RONDA 2 Y SUBSIGUIENTES

En las rondas siguientes se presenta a los participantes cada título acompañado de su valoración, seguida de la media de puntajes del total, invitándolo a que ratifique o modifique su votación.

Se desarrollan tantas rondas como sean necesarias para consolidar el conjunto final.

ANEXO 3

Formas de agrupar las EPAs

Comenzar a diseñar un primer borrador de marco de EPA puede resultar difícil, inicialmente. Se trata de identificar unidades discretas de práctica profesional que puedan emplearse como EPAs, que sean válidas y se acepten por quienes son referentes del programa de formación en cuestión. Hennus y colaboradores26 realizaron un estudio de revisión del alcance (scoping review) con el objetivo de conocer las lógicas más empleadas para construir/diseñar marcos de EPA en educación médica de posgrado y las justificaciones que las acompañan, en 42 artículos publicados en idioma inglés. Identificaron tres lógicas dominantes y encontraron que la mayor parte de las propuestas emplean una combinación de dos o más lógicas en el intento de encontrar la mejor opción para satisfacer las necesidades de su programa de formación.
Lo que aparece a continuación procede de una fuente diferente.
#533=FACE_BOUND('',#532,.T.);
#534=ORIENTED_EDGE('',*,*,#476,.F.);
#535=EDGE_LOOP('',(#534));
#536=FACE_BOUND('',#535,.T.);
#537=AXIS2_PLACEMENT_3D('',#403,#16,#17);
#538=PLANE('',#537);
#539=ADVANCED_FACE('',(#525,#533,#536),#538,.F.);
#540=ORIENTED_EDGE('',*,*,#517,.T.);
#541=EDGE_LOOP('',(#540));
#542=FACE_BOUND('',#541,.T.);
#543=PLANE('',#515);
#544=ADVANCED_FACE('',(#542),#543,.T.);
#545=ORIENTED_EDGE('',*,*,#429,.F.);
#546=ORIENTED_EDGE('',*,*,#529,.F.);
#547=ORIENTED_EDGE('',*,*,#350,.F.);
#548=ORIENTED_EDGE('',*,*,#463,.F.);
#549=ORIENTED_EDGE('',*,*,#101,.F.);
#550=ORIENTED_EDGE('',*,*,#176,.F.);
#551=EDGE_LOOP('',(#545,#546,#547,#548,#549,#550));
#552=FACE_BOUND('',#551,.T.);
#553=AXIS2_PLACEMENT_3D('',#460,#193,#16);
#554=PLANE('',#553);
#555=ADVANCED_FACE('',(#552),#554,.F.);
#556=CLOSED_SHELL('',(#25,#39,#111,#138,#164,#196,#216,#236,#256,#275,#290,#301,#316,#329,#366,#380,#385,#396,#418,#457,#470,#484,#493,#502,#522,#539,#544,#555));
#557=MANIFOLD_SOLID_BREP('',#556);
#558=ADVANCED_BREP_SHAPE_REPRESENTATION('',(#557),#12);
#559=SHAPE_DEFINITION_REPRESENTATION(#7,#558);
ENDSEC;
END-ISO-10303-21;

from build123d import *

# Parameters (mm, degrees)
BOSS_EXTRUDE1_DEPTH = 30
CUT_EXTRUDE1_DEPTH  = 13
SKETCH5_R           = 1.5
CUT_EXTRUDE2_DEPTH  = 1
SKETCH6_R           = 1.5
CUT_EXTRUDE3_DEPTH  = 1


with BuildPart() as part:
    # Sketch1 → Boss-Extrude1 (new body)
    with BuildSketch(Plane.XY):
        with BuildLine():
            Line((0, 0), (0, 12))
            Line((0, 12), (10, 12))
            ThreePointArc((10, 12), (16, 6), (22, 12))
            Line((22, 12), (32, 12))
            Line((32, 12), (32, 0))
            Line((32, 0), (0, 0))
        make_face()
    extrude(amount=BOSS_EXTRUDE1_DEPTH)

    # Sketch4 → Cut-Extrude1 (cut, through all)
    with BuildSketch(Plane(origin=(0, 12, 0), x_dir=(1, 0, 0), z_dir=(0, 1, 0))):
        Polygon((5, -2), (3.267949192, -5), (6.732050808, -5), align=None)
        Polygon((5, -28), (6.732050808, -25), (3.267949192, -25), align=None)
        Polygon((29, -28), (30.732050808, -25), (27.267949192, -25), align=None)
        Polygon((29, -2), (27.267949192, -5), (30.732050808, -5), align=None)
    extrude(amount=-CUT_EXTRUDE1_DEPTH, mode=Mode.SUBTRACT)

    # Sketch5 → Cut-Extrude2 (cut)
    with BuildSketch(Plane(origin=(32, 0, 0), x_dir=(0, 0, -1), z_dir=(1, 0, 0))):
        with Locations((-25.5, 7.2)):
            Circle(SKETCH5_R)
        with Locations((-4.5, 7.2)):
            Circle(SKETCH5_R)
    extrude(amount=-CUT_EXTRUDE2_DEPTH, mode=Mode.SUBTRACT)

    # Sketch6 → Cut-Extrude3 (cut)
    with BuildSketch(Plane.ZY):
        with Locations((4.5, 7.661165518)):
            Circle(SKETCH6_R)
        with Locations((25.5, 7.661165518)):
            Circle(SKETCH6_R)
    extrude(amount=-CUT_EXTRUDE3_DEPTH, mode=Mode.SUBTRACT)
Las lógicas identificadas fueron:

1.Provisión de servicios: tanto servicios clínicos directos (ej. manejar las necesidades nutricionales de recién nacidos con condiciones críticas) e indirectos (ej. llevar adelante reuniones con familiares) como servicios no clínicos (ej. evaluar y reportar eventos adversos implicados en la transfusión de componentes sanguíneos).

2.Procedimientos (ej. realizar procedimientos de cuidados críticos, incluyendo intubación, broncoscopía, toracocentesis, colocación de catéter venoso central y ecografía).

3.Enfermedades o grupos de pacientes (ej. diagnosticar y manejar pacientes con enfermedad gastrointestinal luminal no infecciosa).

Las más comúnmente utilizadas fueron la lógica de enfermedades o grupos de pacientes y la de provisión de servicios. Cada lógica tiene beneficios y limitaciones.

.


a Se consideran expertos a profesionales formados en la disciplina/especialidad con experiencia en educación por competencias (definida por cursos realizados, labores docentes en la temática, publicaciones, etc). Los grupos se definen por conveniencia.